(Dataset items)
================

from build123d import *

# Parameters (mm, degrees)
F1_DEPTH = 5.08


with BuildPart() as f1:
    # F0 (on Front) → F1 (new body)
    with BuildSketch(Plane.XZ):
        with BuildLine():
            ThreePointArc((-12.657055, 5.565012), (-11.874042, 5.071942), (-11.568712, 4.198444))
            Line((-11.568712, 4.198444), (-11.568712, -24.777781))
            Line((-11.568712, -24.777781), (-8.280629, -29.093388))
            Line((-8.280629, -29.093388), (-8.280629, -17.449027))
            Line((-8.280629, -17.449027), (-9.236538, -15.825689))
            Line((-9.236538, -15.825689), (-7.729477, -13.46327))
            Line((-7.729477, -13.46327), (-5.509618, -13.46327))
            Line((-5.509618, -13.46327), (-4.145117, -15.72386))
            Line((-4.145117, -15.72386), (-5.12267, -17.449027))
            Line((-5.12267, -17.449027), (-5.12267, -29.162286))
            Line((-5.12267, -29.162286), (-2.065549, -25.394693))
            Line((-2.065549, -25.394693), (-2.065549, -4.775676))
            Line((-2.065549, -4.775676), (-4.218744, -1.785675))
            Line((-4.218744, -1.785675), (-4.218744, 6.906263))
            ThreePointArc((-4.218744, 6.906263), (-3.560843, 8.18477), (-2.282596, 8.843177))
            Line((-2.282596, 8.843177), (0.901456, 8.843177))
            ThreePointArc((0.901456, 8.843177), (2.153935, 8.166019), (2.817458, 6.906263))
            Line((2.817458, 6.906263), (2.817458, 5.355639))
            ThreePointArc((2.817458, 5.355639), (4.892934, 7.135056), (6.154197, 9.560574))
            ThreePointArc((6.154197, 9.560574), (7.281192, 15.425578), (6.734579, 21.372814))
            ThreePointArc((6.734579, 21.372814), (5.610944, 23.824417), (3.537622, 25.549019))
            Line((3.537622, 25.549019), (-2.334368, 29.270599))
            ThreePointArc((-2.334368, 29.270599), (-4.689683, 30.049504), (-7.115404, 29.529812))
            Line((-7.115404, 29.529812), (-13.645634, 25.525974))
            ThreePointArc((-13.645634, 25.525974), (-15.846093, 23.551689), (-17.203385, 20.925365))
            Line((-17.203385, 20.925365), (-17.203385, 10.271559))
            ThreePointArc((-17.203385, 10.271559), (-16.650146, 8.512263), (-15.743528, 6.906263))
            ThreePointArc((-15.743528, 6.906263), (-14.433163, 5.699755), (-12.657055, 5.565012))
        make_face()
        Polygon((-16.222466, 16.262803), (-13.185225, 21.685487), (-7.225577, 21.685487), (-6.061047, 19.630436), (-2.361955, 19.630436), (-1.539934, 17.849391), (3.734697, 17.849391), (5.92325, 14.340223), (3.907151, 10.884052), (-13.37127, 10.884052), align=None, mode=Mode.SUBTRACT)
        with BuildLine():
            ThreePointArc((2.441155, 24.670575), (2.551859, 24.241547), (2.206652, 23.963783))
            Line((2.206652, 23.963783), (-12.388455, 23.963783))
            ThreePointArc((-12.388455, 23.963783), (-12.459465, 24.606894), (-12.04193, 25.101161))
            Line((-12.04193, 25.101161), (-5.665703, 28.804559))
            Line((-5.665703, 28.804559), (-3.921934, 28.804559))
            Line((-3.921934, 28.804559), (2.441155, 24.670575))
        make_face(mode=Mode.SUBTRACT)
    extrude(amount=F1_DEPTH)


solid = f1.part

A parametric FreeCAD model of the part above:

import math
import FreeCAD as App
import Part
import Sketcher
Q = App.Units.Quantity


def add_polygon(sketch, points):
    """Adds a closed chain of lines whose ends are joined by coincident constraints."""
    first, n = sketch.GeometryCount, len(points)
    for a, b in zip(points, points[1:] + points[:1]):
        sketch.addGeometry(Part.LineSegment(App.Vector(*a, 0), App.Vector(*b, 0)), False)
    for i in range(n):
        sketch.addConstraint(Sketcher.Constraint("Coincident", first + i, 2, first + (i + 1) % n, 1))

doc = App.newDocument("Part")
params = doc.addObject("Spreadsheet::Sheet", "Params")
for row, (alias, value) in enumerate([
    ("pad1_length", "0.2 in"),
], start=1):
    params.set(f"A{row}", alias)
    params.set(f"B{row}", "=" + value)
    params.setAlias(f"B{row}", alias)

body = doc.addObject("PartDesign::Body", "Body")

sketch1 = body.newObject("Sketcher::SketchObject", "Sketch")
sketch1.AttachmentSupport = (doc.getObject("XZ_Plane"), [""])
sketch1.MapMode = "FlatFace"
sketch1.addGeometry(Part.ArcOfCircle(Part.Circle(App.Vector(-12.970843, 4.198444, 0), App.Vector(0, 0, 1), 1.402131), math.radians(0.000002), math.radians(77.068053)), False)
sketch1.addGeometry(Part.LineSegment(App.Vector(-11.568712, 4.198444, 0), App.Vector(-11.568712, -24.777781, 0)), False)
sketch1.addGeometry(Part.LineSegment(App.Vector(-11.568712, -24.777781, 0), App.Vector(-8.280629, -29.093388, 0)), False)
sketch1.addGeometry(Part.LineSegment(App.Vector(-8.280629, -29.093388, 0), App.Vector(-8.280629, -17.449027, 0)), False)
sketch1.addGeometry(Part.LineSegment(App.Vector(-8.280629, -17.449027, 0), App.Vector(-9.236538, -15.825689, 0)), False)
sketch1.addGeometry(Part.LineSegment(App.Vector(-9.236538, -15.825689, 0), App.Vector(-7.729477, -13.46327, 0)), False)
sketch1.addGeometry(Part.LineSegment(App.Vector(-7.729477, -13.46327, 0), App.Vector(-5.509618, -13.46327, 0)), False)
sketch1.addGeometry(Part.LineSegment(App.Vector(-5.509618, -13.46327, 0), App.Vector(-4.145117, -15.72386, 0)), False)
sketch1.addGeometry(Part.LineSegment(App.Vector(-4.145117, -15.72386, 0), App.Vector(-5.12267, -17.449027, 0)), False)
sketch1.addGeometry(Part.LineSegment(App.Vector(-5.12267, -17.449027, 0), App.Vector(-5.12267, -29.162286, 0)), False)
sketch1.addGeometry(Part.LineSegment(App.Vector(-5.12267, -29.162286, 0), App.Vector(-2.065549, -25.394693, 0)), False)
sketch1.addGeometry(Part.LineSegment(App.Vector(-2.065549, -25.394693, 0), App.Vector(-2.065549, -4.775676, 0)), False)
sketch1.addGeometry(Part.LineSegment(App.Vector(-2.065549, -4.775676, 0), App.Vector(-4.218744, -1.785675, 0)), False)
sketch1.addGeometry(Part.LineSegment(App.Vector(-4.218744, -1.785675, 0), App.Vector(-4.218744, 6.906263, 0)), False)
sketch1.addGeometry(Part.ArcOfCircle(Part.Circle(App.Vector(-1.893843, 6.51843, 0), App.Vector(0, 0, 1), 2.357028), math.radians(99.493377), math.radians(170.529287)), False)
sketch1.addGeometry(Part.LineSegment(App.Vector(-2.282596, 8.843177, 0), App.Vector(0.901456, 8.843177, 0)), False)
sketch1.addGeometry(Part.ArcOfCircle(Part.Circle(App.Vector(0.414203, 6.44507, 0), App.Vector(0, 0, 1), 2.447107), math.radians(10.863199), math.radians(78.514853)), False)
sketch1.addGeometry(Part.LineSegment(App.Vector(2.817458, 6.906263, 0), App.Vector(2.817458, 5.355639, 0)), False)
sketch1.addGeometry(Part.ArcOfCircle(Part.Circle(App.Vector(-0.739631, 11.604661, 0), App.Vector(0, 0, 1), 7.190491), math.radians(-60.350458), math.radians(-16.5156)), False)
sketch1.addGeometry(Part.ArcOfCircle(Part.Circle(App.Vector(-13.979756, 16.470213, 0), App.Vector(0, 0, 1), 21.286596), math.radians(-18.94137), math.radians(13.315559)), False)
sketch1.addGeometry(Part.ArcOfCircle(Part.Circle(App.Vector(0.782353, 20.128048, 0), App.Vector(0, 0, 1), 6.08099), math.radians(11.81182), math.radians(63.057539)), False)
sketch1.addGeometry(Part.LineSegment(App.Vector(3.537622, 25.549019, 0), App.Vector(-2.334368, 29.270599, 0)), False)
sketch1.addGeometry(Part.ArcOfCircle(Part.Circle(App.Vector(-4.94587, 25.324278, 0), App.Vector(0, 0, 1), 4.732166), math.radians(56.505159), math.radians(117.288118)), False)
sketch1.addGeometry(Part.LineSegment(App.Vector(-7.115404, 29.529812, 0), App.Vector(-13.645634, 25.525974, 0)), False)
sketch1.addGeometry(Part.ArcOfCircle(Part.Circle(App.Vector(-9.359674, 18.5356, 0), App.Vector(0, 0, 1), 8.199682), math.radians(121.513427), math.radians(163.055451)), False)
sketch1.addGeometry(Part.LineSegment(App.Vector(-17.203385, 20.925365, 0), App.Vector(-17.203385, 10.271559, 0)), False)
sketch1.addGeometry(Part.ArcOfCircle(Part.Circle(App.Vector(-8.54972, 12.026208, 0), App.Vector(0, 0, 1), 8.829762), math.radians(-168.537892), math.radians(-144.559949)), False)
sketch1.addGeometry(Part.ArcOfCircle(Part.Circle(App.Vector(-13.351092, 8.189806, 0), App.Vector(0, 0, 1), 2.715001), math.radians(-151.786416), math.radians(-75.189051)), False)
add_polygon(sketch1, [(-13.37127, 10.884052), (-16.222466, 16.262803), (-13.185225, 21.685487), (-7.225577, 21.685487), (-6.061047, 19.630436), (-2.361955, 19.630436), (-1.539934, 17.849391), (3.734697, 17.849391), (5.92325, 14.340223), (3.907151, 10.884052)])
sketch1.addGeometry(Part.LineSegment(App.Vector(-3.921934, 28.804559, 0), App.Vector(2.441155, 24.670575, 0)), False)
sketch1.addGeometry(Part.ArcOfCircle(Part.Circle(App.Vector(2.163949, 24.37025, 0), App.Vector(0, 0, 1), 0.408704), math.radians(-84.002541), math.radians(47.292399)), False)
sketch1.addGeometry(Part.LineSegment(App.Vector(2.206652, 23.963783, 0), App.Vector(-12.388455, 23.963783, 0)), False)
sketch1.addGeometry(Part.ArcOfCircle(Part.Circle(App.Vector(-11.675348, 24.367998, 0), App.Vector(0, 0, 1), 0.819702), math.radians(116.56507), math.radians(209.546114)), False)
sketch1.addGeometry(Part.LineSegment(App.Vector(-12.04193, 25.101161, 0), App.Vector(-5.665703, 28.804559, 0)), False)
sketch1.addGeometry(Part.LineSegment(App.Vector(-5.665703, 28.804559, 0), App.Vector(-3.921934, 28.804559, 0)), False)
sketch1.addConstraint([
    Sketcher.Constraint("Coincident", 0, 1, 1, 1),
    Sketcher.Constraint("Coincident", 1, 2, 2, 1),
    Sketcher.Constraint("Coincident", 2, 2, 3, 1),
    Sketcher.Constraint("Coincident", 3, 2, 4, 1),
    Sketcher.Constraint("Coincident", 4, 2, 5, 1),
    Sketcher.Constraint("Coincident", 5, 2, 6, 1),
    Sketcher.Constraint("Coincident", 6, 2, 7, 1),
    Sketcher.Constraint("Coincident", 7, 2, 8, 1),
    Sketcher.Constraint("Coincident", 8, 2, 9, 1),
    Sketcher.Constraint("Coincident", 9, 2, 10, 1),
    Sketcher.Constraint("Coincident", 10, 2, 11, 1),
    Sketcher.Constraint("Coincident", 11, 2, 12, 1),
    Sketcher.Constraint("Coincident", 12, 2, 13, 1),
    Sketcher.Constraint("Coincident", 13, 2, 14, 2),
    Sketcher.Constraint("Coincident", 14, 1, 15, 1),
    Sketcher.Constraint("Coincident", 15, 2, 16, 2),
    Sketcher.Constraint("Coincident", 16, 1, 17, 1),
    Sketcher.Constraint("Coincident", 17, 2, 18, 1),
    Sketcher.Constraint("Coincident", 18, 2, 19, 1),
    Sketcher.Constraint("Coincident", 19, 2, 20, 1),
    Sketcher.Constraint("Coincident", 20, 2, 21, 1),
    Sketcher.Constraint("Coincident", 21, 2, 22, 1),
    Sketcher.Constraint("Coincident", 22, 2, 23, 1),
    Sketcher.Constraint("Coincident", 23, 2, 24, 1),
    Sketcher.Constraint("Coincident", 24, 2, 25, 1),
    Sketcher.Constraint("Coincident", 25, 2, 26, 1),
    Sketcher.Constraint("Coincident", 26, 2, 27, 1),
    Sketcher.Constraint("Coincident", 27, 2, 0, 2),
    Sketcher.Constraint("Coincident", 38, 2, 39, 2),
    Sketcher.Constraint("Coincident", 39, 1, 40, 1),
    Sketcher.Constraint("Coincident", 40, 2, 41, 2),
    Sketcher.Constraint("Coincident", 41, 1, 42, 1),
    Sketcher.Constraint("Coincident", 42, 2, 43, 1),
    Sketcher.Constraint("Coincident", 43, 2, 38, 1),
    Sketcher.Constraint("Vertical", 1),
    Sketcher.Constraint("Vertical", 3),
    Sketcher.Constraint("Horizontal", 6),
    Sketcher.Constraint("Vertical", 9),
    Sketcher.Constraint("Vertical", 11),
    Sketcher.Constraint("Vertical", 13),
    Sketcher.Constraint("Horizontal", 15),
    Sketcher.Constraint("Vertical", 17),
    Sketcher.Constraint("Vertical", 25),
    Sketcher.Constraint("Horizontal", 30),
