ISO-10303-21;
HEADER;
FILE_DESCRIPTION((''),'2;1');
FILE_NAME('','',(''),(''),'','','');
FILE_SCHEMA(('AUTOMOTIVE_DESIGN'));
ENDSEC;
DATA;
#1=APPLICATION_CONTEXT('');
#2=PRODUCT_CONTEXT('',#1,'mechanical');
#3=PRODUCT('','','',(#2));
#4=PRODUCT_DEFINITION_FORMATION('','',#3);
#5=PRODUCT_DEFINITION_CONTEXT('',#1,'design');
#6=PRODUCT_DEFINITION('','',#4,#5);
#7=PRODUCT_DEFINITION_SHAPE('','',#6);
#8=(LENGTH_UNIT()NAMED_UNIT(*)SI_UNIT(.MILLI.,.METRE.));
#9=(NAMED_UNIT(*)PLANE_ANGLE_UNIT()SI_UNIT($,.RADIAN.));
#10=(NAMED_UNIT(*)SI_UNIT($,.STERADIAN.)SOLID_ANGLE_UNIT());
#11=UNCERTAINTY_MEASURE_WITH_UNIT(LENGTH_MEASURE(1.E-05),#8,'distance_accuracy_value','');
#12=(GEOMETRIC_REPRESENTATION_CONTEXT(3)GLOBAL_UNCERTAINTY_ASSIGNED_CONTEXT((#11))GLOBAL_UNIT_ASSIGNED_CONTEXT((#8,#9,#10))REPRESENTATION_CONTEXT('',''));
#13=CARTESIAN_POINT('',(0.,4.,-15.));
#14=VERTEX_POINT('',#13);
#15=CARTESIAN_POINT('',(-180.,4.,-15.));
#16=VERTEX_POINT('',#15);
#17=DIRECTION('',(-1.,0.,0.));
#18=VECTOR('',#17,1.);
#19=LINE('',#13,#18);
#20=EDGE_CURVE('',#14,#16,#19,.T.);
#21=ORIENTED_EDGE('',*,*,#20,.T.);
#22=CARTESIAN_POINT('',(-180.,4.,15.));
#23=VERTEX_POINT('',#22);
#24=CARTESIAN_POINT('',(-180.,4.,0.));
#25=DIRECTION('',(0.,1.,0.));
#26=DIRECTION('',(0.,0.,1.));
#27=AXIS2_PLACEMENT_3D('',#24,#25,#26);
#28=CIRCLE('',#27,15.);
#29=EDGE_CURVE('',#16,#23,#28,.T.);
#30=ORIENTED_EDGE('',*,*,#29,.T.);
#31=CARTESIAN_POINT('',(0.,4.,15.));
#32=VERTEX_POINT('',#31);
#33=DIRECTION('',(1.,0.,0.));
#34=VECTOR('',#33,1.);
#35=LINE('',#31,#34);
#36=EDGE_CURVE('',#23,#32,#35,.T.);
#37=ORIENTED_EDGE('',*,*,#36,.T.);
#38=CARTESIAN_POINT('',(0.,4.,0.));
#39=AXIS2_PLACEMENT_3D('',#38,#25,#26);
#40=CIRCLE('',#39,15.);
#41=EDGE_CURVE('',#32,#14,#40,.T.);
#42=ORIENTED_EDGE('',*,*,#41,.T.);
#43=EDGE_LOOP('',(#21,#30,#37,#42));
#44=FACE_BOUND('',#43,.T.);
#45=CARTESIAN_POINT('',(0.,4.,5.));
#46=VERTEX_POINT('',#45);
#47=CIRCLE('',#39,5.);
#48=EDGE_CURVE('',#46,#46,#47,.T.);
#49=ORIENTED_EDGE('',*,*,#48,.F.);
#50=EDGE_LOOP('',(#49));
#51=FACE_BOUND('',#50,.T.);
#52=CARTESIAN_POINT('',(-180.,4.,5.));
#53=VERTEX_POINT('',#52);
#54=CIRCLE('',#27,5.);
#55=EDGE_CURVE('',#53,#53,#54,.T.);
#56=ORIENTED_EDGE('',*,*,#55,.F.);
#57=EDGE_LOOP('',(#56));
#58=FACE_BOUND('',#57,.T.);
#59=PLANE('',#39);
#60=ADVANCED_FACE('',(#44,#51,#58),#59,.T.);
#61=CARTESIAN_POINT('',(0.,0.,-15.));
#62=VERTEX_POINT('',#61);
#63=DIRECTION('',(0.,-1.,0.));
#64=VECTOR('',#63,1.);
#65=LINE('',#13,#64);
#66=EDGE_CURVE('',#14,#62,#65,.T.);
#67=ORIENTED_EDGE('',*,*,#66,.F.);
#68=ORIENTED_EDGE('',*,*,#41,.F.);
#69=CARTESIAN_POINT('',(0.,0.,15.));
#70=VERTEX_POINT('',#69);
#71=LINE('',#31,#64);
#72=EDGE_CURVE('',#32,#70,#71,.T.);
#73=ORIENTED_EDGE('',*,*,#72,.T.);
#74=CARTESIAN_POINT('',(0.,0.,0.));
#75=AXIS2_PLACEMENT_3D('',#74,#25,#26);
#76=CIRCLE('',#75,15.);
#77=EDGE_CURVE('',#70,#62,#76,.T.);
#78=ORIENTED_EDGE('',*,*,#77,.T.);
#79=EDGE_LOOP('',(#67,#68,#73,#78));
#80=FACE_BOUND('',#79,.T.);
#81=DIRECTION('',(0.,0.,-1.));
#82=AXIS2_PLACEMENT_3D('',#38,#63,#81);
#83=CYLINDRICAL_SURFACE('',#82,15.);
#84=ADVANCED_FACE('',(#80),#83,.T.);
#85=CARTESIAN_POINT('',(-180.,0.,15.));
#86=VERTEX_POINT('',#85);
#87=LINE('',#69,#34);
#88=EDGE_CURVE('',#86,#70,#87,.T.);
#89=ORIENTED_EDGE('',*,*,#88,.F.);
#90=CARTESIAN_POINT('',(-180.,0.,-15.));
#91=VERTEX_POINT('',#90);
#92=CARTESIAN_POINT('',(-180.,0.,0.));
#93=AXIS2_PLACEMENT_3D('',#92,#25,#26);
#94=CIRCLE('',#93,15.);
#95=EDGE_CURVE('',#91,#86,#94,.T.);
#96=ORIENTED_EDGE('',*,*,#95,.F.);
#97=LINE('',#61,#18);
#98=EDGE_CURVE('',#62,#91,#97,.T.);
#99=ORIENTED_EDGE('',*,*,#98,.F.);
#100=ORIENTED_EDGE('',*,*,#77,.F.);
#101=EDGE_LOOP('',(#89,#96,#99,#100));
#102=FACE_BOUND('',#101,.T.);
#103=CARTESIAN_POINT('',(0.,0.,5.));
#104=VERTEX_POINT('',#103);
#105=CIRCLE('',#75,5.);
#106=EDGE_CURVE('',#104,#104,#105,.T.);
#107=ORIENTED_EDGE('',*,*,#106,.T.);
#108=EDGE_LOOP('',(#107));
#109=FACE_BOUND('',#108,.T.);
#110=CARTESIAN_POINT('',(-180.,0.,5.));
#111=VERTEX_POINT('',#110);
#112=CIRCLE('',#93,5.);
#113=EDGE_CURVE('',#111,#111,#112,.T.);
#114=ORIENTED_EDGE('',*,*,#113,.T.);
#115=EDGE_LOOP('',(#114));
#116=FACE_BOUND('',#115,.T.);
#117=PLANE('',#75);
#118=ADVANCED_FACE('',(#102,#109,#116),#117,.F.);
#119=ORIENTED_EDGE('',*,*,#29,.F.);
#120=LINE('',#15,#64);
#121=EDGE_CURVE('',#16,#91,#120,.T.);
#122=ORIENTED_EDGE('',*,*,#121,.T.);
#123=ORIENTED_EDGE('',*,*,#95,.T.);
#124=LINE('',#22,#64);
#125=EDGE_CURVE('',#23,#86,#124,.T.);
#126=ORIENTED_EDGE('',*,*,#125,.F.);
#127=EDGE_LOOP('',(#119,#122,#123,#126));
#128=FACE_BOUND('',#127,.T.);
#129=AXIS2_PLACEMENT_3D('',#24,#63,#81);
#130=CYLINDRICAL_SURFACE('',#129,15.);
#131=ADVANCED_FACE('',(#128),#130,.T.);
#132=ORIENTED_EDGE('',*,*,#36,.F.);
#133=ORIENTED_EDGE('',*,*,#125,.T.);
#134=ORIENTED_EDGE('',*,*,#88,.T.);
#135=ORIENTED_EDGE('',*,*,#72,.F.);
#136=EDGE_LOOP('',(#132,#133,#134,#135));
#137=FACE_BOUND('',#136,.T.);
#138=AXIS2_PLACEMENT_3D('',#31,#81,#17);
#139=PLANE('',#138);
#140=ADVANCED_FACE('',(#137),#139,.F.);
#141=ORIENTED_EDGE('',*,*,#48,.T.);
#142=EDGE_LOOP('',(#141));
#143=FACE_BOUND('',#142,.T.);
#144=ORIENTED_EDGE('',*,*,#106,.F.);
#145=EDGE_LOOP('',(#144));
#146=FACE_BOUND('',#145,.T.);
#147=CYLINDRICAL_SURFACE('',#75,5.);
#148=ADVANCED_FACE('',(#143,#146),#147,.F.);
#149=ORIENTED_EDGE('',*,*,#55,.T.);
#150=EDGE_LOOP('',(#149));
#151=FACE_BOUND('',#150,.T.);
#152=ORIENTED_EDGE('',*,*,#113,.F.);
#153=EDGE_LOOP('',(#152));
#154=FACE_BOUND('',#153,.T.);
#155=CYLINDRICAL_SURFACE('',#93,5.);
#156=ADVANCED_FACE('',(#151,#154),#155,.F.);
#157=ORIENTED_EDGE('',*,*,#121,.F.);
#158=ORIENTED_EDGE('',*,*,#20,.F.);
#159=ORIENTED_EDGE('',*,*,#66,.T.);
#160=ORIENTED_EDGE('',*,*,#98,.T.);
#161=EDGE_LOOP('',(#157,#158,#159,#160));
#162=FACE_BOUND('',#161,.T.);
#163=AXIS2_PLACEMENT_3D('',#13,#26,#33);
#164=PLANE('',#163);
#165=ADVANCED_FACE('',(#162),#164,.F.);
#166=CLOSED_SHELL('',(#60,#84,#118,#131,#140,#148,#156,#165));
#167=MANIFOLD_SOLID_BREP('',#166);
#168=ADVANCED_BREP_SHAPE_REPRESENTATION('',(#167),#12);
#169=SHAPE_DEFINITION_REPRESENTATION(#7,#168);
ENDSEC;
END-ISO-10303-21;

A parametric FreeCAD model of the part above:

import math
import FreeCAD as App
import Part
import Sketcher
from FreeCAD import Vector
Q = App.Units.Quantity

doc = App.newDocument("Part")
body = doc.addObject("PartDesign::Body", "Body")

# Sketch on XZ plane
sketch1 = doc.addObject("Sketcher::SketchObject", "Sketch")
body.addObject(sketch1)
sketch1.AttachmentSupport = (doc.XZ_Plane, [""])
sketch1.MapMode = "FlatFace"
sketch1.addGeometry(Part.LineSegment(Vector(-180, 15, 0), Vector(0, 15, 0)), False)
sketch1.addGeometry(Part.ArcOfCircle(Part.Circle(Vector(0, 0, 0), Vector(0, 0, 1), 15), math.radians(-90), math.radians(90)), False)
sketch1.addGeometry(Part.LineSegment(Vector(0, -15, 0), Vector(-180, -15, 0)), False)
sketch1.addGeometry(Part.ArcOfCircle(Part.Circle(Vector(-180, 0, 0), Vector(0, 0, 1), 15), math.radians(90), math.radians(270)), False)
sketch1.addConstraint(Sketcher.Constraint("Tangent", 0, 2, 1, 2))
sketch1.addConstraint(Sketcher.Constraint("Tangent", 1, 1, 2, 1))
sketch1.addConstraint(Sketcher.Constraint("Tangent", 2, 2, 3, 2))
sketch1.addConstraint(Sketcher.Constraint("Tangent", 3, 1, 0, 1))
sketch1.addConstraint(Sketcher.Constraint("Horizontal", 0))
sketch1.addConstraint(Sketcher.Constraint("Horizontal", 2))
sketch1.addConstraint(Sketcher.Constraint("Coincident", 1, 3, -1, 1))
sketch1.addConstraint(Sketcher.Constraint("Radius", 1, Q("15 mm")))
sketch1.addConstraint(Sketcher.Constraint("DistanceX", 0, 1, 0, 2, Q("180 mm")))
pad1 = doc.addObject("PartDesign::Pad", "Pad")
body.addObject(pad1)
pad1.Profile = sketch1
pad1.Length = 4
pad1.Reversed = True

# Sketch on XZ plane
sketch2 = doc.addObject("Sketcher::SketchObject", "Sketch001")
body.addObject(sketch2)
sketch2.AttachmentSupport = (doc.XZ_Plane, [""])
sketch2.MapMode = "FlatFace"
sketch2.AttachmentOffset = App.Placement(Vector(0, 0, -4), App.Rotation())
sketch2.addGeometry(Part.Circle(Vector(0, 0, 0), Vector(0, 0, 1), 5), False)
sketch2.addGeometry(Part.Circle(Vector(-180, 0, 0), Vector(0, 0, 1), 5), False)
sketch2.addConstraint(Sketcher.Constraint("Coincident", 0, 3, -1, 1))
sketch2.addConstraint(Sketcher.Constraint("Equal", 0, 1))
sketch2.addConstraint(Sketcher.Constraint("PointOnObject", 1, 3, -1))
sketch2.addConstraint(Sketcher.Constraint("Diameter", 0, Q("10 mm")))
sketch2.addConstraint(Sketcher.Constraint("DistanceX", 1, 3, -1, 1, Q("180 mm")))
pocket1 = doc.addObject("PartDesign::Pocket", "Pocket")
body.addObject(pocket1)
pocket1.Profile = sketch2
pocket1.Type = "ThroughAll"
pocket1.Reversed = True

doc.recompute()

================

Write out exactly the lines above from the line with "5.699755), (-12.657055, 5.565012))" through the line with "make_face()", both of them included, and leave out all other lines.

            ThreePointArc((-15.743528, 6.906263), (-14.433163, 5.699755), (-12.657055, 5.565012))
        make_face()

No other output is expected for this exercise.